Vol. 13 (2019), No. 10, 2277–2321
##### Abstract

We determine the order of magnitude of $\mathbb{E}{|{\sum }_{n\le x}f\left(n\right)|}^{2q}$ up to factors of size ${e}^{O\left({q}^{2}\right)}$, where $f\left(n\right)$ is a Steinhaus or Rademacher random multiplicative function, for all real $1\le q\le clogx∕loglogx$.

In the Steinhaus case, we show that $\mathbb{E}{|{\sum }_{n\le x}f\left(n\right)|}^{2q}={e}^{O\left({q}^{2}\right)}{x}^{q}{\left(logx∕\left(qlog\left(2q\right)\right)\right)}^{{\left(q-1\right)}^{2}}$ on this whole range. In the Rademacher case, we find a transition in the behavior of the moments when $q\approx \left(1+\sqrt{5}\right)∕2$, where the size starts to be dominated by “orthogonal” rather than “unitary” behavior. We also deduce some consequences for the large deviations of ${\sum }_{n\le x}f\left(n\right)$.

The proofs use various tools, including hypercontractive inequalities, to connect $\mathbb{E}{|{\sum }_{n\le x}f\left(n\right)|}^{2q}$ with the $q$-th moment of an Euler product integral. When $q$ is large, it is then fairly easy to analyze this integral.

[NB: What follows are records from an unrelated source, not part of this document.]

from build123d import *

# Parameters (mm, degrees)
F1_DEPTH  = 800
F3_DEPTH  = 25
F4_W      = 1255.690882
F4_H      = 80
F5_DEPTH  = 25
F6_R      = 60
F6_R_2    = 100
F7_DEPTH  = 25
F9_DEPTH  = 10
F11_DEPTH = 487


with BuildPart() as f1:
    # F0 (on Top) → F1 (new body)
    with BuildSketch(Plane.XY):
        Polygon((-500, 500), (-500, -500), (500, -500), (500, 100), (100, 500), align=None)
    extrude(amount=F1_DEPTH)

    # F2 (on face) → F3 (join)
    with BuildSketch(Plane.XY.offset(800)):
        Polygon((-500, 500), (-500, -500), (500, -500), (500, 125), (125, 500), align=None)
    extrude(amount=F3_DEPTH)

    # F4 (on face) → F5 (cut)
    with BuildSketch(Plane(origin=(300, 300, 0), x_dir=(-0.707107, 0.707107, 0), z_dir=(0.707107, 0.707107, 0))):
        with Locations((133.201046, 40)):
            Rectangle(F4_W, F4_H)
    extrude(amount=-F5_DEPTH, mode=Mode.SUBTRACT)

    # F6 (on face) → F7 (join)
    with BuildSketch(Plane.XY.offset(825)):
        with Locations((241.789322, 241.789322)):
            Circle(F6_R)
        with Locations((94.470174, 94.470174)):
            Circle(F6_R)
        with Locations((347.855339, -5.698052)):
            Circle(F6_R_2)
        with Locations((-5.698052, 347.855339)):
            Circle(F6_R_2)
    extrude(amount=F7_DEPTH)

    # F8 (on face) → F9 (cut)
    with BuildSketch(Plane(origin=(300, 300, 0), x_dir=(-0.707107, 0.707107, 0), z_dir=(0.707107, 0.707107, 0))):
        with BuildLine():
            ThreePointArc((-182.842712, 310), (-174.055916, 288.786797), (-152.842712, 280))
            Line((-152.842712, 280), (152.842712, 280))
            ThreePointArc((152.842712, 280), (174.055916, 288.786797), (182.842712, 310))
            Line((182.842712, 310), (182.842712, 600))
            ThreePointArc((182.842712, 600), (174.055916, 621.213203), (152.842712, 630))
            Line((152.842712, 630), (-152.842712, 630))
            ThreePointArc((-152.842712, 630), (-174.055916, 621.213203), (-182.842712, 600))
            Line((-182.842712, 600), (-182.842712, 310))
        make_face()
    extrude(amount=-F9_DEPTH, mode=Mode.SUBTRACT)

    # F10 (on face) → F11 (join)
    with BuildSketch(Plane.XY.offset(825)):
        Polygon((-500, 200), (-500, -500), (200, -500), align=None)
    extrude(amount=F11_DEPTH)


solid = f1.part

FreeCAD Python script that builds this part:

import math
import FreeCAD as App
import Part
import Sketcher
from FreeCAD import Vector

doc = App.newDocument("Part")
body = doc.addObject("PartDesign::Body", "Body")

# Sketch on XY plane
sketch1 = doc.addObject("Sketcher::SketchObject", "Sketch")
body.addObject(sketch1)
sketch1.AttachmentSupport = (doc.XY_Plane, [""])
sketch1.MapMode = "FlatFace"
sketch1.addGeometry([
    Part.LineSegment(Vector(-500, 500, 0), Vector(-500, -500, 0)),  # 0
    Part.LineSegment(Vector(-500, -500, 0), Vector(500, -500, 0)),  # 1
    Part.LineSegment(Vector(500, -500, 0), Vector(500, 100, 0)),  # 2
    Part.LineSegment(Vector(500, 100, 0), Vector(100, 500, 0)),  # 3
    Part.LineSegment(Vector(100, 500, 0), Vector(-500, 500, 0)),  # 4
], False)
sketch1.addConstraint([
    Sketcher.Constraint("Coincident", 0, 2, 1, 1),
    Sketcher.Constraint("Coincident", 1, 2, 2, 1),
    Sketcher.Constraint("Coincident", 2, 2, 3, 1),
    Sketcher.Constraint("Coincident", 3, 2, 4, 1),
    Sketcher.Constraint("Coincident", 4, 2, 0, 1),
    Sketcher.Constraint("Vertical", 0),
    Sketcher.Constraint("Horizontal", 1),
    Sketcher.Constraint("Vertical", 2),
    Sketcher.Constraint("Horizontal", 4),
    Sketcher.Constraint("Symmetric", 1, 2, 4, 2, -1, 1),
    Sketcher.Constraint("Equal", 1, 0),
    Sketcher.Constraint("Equal", 4, 2),
    Sketcher.Constraint("DistanceX", 1, 1, 1, 2, 1000.0),
    Sketcher.Constraint("DistanceX", 4, 2, 4, 1, 600.0),
])
pad1 = doc.addObject("PartDesign::Pad", "Pad")
body.addObject(pad1)
pad1.Profile = sketch1
pad1.Length = 800

# Sketch on XY plane
sketch2 = doc.addObject("Sketcher::SketchObject", "Sketch001")
body.addObject(sketch2)
sketch2.AttachmentSupport = (doc.XY_Plane, [""])
sketch2.MapMode = "FlatFace"
sketch2.AttachmentOffset = App.Placement(Vector(0, 0, 800), App.Rotation())
sketch2.addGeometry([
    Part.LineSegment(Vector(-500, 500, 0), Vector(-500, -500, 0)),  # 0
    Part.LineSegment(Vector(-500, -500, 0), Vector(500, -500, 0)),  # 1
    Part.LineSegment(Vector(500, -500, 0), Vector(500, 125, 0)),  # 2
    Part.LineSegment(Vector(500, 125, 0), Vector(125, 500, 0)),  # 3
    Part.LineSegment(Vector(125, 500, 0), Vector(-500, 500, 0)),  # 4
], False)
sketch2.addConstraint([
    Sketcher.Constraint("Coincident", 0, 2, 1, 1),
    Sketcher.Constraint("Coincident", 1, 2, 2, 1),
    Sketcher.Constraint("Coincident", 2, 2, 3, 1),
    Sketcher.Constraint("Coincident", 3, 2, 4, 1),
    Sketcher.Constraint("Coincident", 4, 2, 0, 1),
    Sketcher.Constraint("Vertical", 0),
    Sketcher.Constraint("Horizontal", 1),
    Sketcher.Constraint("Vertical", 2),
    Sketcher.Constraint("Horizontal", 4),
    Sketcher.Constraint("Symmetric", 1, 2, 4, 2, -1, 1),
    Sketcher.Constraint("Equal", 1, 0),
    Sketcher.Constraint("Equal", 4, 2),
    Sketcher.Constraint("DistanceX", 1, 1, 1, 2, 1000.0),
    Sketcher.Constraint("DistanceX", 4, 2, 4, 1, 625.0),
])
pad2 = doc.addObject("PartDesign::Pad", "Pad001")
body.addObject(pad2)
pad2.Profile = sketch2
pad2.Length = 25

# Sketch on an angled plane
sketch3 = doc.addObject("Sketcher::SketchObject", "Sketch002")
body.addObject(sketch3)
sketch3.Placement = App.Placement(Vector(300, 300, 0), App.Rotation(Vector(-0.707106781, 0.707106781, 0), Vector(0, 0, 0.999999999), Vector(0.707106781, 0.707106781, 0), "ZXY"))
sketch3.addGeometry([
    Part.LineSegment(Vector(-494.644395, 80, 0), Vector(-494.644395, 0, 0)),
    Part.LineSegment(Vector(-494.644395, 0, 0), Vector(761.046487, 0, 0)),
    Part.LineSegment(Vector(761.046487, 0, 0), Vector(761.046487, 80, 0)),
    Part.LineSegment(Vector(761.046487, 80, 0), Vector(-494.644395, 80, 0)),
], False)
sketch3.addConstraint([
    Sketcher.Constraint("Coincident", 0, 2, 1, 1),
    Sketcher.Constraint("Coincident", 1, 2, 2, 1),
    Sketcher.Constraint("Coincident", 2, 2, 3, 1),
    Sketcher.Constraint("Coincident", 3, 2, 0, 1),
    Sketcher.Constraint("Vertical", 0),
    Sketcher.Constraint("Horizontal", 1),
    Sketcher.Constraint("Vertical", 2),
    Sketcher.Constraint("Horizontal", 3),
    Sketcher.Constraint("PointOnObject", 0, 2, -1),
    Sketcher.Constraint("DistanceY", 0, 2, 0, 1, 80.0),
    Sketcher.Constraint("DistanceX", 1, 1, 1, 2, 1255.690881),
    Sketcher.Constraint("DistanceX", 0, 2, -1, 1, 494.644395),
])
pocket1 = doc.addObject("PartDesign::Pocket", "Pocket")
body.addObject(pocket1)
pocket1.Profile = sketch3
pocket1.Length = 25

# Sketch on XY plane
sketch4 = doc.addObject("Sketcher::SketchObject", "Sketch003")
body.addObject(sketch4)
sketch4.AttachmentSupport = (doc.XY_Plane, [""])
sketch4.MapMode = "FlatFace"
sketch4.AttachmentOffset = App.Placement(Vector(0, 0, 825), App.Rotation())
sketch4.addGeometry([
    Part.Circle(Vector(241.789322, 241.789322, 0), Vector(0, 0, 1), 60),
    Part.Circle(Vector(94.470174, 94.470174, 0), Vector(0, 0, 1), 60),
    Part.Circle(Vector(347.855339, -5.698052, 0), Vector(0, 0, 1), 100),
    Part.Circle(Vector(-5.698052, 347.855339, 0), Vector(0, 0, 1), 100),
], False)
sketch4.addConstraint([
    Sketcher.Constraint("Equal", 0, 1),
    Sketcher.Constraint("Equal", 2, 3),
    Sketcher.Constraint("Diameter", 0, 120.0),
    Sketcher.Constraint("Diameter", 2, 200.0),
    Sketcher.Constraint("DistanceX", -1, 1, 0, 3, 241.789322),
    Sketcher.Constraint("DistanceY", -1, 1, 0, 3, 241.789322),
    Sketcher.Constraint("DistanceX", -1, 1, 2, 3, 347.855339),
    Sketcher.Constraint("DistanceY", 2, 3, -1, 1, 5.698052),
    Sketcher.Constraint("DistanceX", 3, 3, -1, 1, 5.698052),
    Sketcher.Constraint("DistanceY", -1, 1, 3, 3, 347.855339),
    Sketcher.Constraint("DistanceX", -1, 1, 1, 3, 94.470174),
    Sketcher.Constraint("DistanceY", -1, 1, 1, 3, 94.470174),
])
pad3 = doc.addObject("PartDesign::Pad", "Pad002")
body.addObject(pad3)
pad3.Profile = sketch4
pad3.Length = 25

# Sketch on an angled plane
sketch5 = doc.addObject("Sketcher::SketchObject", "Sketch004")
body.addObject(sketch5)
sketch5.Placement = App.Placement(Vector(300, 300, 0), App.Rotation(Vector(-0.707106781, 0.707106781, 0), Vector(0, 0, 0.999999999), Vector(0.707106781, 0.707106781, 0), "ZXY"))
sketch5.addGeometry([
    Part.ArcOfCircle(Part.Circle(Vector(-152.842712, 309.999999, 0), Vector(0, 0, 1), 30), math.radians(180), math.radians(270)),  # 0
    Part.LineSegment(Vector(-152.842712, 280, 0), Vector(152.842712, 280, 0)),  # 1
    Part.ArcOfCircle(Part.Circle(Vector(152.842712, 309.999999, 0), Vector(0, 0, 1), 30), math.radians(-90), math.radians(0)),  # 2
    Part.LineSegment(Vector(182.842712, 310, 0), Vector(182.842712, 599.999999, 0)),  # 3
    Part.ArcOfCircle(Part.Circle(Vector(152.842712, 600, 0), Vector(0, 0, 1), 30), math.radians(0), math.radians(90)),  # 4
    Part.LineSegment(Vector(152.842712, 629.999999, 0), Vector(-152.842712, 629.999999, 0)),  # 5
    Part.ArcOfCircle(Part.Circle(Vector(-152.842712, 600, 0), Vector(0, 0, 1), 30), math.radians(90), math.radians(180)),  # 6
    Part.LineSegment(Vector(-182.842712, 599.999999, 0), Vector(-182.842712, 310, 0)),  # 7
], False)
sketch5.addConstraint([
    Sketcher.Constraint("Tangent", 0, 2, 1, 1),
    Sketcher.Constraint("Tangent", 1, 2, 2, 1),
    Sketcher.Constraint("Tangent", 2, 2, 3, 1),
    Sketcher.Constraint("Tangent", 3, 2, 4, 1),
    Sketcher.Constraint("Tangent", 4, 2, 5, 1),
    Sketcher.Constraint("Tangent", 5, 2, 6, 1),
    Sketcher.Constraint("Tangent", 6, 2, 7, 1),
    Sketcher.Constraint("Tangent", 7, 2, 0, 1),
    Sketcher.Constraint("Horizontal", 1),
    Sketcher.Constraint("Vertical", 3),
    Sketcher.Constraint("Horizontal", 5),
    Sketcher.Constraint("Vertical", 7),
    Sketcher.Constraint("Equal", 0, 2),
    Sketcher.Constraint("Equal", 2, 4),
    Sketcher.Constraint("Equal", 4, 6),
    Sketcher.Constraint("Radius", 0, 30.0),
    Sketcher.Constraint("DistanceY", 3, 1, 3, 2, 290.0),
    Sketcher.Constraint("DistanceY", -1, 1, 0, 3, 309.999999),
    Sketcher.Constraint("DistanceX", 1, 1, 1, 2, 305.685424),
    Sketcher.Constraint("DistanceX", 0, 2, -1, 1, 152.842712),
])
pocket2 = doc.addObject("PartDesign::Pocket", "Pocket001")
body.addObject(pocket2)
pocket2.Profile = sketch5
pocket2.Length = 10

# Sketch on XY plane
sketch6 = doc.addObject("Sketcher::SketchObject", "Sketch005")
body.addObject(sketch6)
sketch6.AttachmentSupport = (doc.XY_Plane, [""])
sketch6.MapMode = "FlatFace"
sketch6.AttachmentOffset = App.Placement(Vector(0, 0, 825), App.Rotation())
sketch6.addGeometry([
    Part.LineSegment(Vector(-500, 200, 0), Vector(-500, -500, 0)),
    Part.LineSegment(Vector(-500, -500, 0), Vector(200, -500, 0)),
    Part.LineSegment(Vector(200, -500, 0), Vector(-500, 200, 0)),
], False)
sketch6.addConstraint([
    Sketcher.Constraint("Coincident", 0, 2, 1, 1),
    Sketcher.Constraint("Coincident", 1, 2, 2, 1),
    Sketcher.Constraint("Coincident", 2, 2, 0, 1),
    Sketcher.Constraint("Vertical", 0),
    Sketcher.Constraint("Horizontal", 1),
    Sketcher.Constraint("Equal", 1, 0),
    Sketcher.Constraint("DistanceX", 1, 1, 1, 2, 700.0),
    Sketcher.Constraint("DistanceX", 0, 2, -1, 1, 500.0),
    Sketcher.Constraint("DistanceY", 0, 2, -1, 1, 500.0),
])
pad4 = doc.addObject("PartDesign::Pad", "Pad003")
body.addObject(pad4)
pad4.Profile = sketch6
pad4.Length = 487

doc.recompute()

When $q$ is close to 1 the analysis seems to require subtler arguments, including Doob’s ${L}^{p}$ maximal inequality for martingales.

##### Keywords
random multiplicative functions, random Euler products, moments, orthogonal behavior, unitary behavior, martingales
##### Mathematical Subject Classification 2010
Primary: 11N56
Secondary: 11K65, 11L40